Mobileye shares slide after forecast signals growth slowdown
The company projects 5% revenue growth in 2026 despite recent deal momentum.
Mobileye shares fell in pre-market trading on Wall Street after Amnon Shashua’s company issued a weak growth forecast for 2026. Mobileye expects revenue of $1.9-$1.98 billion this year, a range that implies stagnation at the lower end and growth of no more than 5% compared with 2025.
The muted outlook surprised investors given the optimism Shashua has conveyed in recent months, particularly following announcements of new agreements with major automakers including Volkswagen and General Motors.
Two weeks after surprising the market with a nearly $1 billion deal to acquire robotics company Mentee, Mobileye published its results for the fourth quarter and full year of 2025. After growing revenue by 15% in 2025, a year of recovery following the downturn in 2024, the company once again disappointed, signaling sharply slower growth ahead.

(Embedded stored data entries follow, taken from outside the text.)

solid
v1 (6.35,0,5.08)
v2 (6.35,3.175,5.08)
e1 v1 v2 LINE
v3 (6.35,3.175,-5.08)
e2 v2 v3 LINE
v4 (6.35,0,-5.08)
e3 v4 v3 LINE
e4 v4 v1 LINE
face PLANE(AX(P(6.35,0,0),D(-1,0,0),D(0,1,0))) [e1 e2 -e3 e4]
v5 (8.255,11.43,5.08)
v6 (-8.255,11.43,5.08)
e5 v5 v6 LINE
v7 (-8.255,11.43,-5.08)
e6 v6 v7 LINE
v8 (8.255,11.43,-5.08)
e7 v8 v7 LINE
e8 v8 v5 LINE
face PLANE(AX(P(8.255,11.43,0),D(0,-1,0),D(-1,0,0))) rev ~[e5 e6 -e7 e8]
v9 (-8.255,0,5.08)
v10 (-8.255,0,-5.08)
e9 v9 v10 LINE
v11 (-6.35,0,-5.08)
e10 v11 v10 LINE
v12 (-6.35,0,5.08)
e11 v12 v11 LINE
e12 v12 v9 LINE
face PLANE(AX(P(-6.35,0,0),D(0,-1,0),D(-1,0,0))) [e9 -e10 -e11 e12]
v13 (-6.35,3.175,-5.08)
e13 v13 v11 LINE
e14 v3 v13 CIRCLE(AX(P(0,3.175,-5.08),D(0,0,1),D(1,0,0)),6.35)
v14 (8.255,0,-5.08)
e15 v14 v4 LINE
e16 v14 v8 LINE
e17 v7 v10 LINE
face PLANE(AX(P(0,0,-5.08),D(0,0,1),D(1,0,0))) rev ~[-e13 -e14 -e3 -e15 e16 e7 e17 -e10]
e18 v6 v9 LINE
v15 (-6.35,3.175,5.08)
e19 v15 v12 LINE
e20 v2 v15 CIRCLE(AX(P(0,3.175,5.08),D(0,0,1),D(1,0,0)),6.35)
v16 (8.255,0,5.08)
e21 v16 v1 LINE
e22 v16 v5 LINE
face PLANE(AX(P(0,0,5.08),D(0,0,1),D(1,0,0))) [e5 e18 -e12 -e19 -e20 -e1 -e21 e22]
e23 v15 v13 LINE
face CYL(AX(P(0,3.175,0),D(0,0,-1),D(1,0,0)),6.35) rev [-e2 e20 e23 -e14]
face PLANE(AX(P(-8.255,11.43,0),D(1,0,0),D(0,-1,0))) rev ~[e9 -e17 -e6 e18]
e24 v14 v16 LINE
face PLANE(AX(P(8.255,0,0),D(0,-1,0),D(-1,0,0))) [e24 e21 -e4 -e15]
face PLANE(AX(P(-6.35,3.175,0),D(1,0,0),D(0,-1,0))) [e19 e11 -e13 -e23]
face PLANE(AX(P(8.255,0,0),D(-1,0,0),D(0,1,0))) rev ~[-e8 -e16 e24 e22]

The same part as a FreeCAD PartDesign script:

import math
import FreeCAD as App
import Part
import Sketcher
Q = App.Units.Quantity

doc = App.newDocument("Part")
params = doc.addObject("Spreadsheet::Sheet", "Params")
for row, (alias, value) in enumerate([
    ("sketch1_radius", "0.25 in"),
    ("sketch1_width", "0.075 in"),
    ("sketch1_height", "0.45 in"),
    ("sketch1_height2", "0.125 in"),
    ("pad1_length", "0.4 in"),
], start=1):
    params.set(f"A{row}", alias)
    params.set(f"B{row}", "=" + value)
    params.setAlias(f"B{row}", alias)

body = doc.addObject("PartDesign::Body", "Body")

# Sketch on XY plane
sketch1 = doc.addObject("Sketcher::SketchObject", "Sketch")
body.addObject(sketch1)
sketch1.AttachmentSupport = (doc.XY_Plane, [""])
sketch1.MapMode = "FlatFace"
sketch1.addGeometry(Part.LineSegment(App.Vector(6.35, 3.175, 0), App.Vector(6.35, 0, 0)), False)
sketch1.addGeometry(Part.LineSegment(App.Vector(6.35, 0, 0), App.Vector(8.255, 0, 0)), False)
sketch1.addGeometry(Part.LineSegment(App.Vector(8.255, 0, 0), App.Vector(8.255, 11.43, 0)), False)
sketch1.addGeometry(Part.LineSegment(App.Vector(8.255, 11.43, 0), App.Vector(-8.255, 11.43, 0)), False)
sketch1.addGeometry(Part.LineSegment(App.Vector(-8.255, 11.43, 0), App.Vector(-8.255, 0, 0)), False)
sketch1.addGeometry(Part.LineSegment(App.Vector(-8.255, 0, 0), App.Vector(-6.35, 0, 0)), False)
sketch1.addGeometry(Part.LineSegment(App.Vector(-6.35, 0, 0), App.Vector(-6.35, 3.175, 0)), False)
sketch1.addGeometry(Part.ArcOfCircle(Part.Circle(App.Vector(0, 3.175, 0), App.Vector(0, 0, 1), 6.35), math.radians(0), math.radians(180)), False)
sketch1.addConstraint(Sketcher.Constraint("Coincident", 0, 2, 1, 1))
sketch1.addConstraint(Sketcher.Constraint("Coincident", 1, 2, 2, 1))
sketch1.addConstraint(Sketcher.Constraint("Coincident", 2, 2, 3, 1))
sketch1.addConstraint(Sketcher.Constraint("Coincident", 3, 2, 4, 1))
sketch1.addConstraint(Sketcher.Constraint("Coincident", 4, 2, 5, 1))
sketch1.addConstraint(Sketcher.Constraint("Coincident", 5, 2, 6, 1))
sketch1.addConstraint(Sketcher.Constraint("Tangent", 6, 2, 7, 2))
sketch1.addConstraint(Sketcher.Constraint("Tangent", 7, 1, 0, 1))
sketch1.addConstraint(Sketcher.Constraint("Vertical", 0))
sketch1.addConstraint(Sketcher.Constraint("Horizontal", 1))
sketch1.addConstraint(Sketcher.Constraint("Vertical", 2))
sketch1.addConstraint(Sketcher.Constraint("Horizontal", 3))
sketch1.addConstraint(Sketcher.Constraint("Vertical", 4))
sketch1.addConstraint(Sketcher.Constraint("Horizontal", 5))
sketch1.addConstraint(Sketcher.Constraint("Vertical", 6))
sketch1.addConstraint(Sketcher.Constraint("Symmetric", 1, 2, 4, 2, -1, 1))
sketch1.addConstraint(Sketcher.Constraint("Symmetric", 0, 2, 5, 2, -2))
sketch1.addConstraint(Sketcher.Constraint("Radius", 7, Q("0.25 in")))
sketch1.addConstraint(Sketcher.Constraint("DistanceX", 1, 1, 1, 2, Q("0.075 in")))
sketch1.addConstraint(Sketcher.Constraint("DistanceY", 2, 1, 2, 2, Q("0.45 in")))
sketch1.addConstraint(Sketcher.Constraint("DistanceY", 0, 2, 0, 1, Q("0.125 in")))
sketch1.setExpression("Constraints[17]", "Params.sketch1_radius")
sketch1.setExpression("Constraints[18]", "Params.sketch1_width")
sketch1.setExpression("Constraints[19]", "Params.sketch1_height")
sketch1.setExpression("Constraints[20]", "Params.sketch1_height2")
pad1 = doc.addObject("PartDesign::Pad", "Pad")
body.addObject(pad1)
pad1.Profile = sketch1
pad1.setExpression("Length", "Params.pad1_length")
pad1.Midplane = True

doc.recompute()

For the full year, revenue rose 15% to $1.9 billion. However, performance weakened toward year-end: fourth-quarter revenue fell 9% compared with the same period in 2024, to $446 million. Gross margin also declined, slipping to 67% from 69% a year earlier, excluding accounting adjustments.
As a result, operating profit dropped sharply, from $101 million in the fourth quarter of 2024 to just $41 million, even before accounting items that ultimately pushed the company into a loss. Net profit for the quarter fell 58% year on year, to $45 million.
Mobileye attributed the weakness primarily to an 11% decline in sales of its EyeQ driver-assistance systems and again pointed to inventory imbalances, an issue that weighed on results in 2024 as well.
The pressure on profitability is notable given the cost-cutting measures Mobileye has already implemented. These include several rounds of layoffs, most recently announced in December, when the company said it would cut 4% of its workforce, or roughly 200 employees. Over the past two years, Mobileye has also shut down its LiDAR division, which employed about 60 people, and its lane-departure warning systems unit, which employed 130 workers, 90 of them in Israel.
Mobileye currently employs around 4,300 people, more than 3,000 of them in Israel, primarily at its main campus in Jerusalem and a large site in Tel Aviv.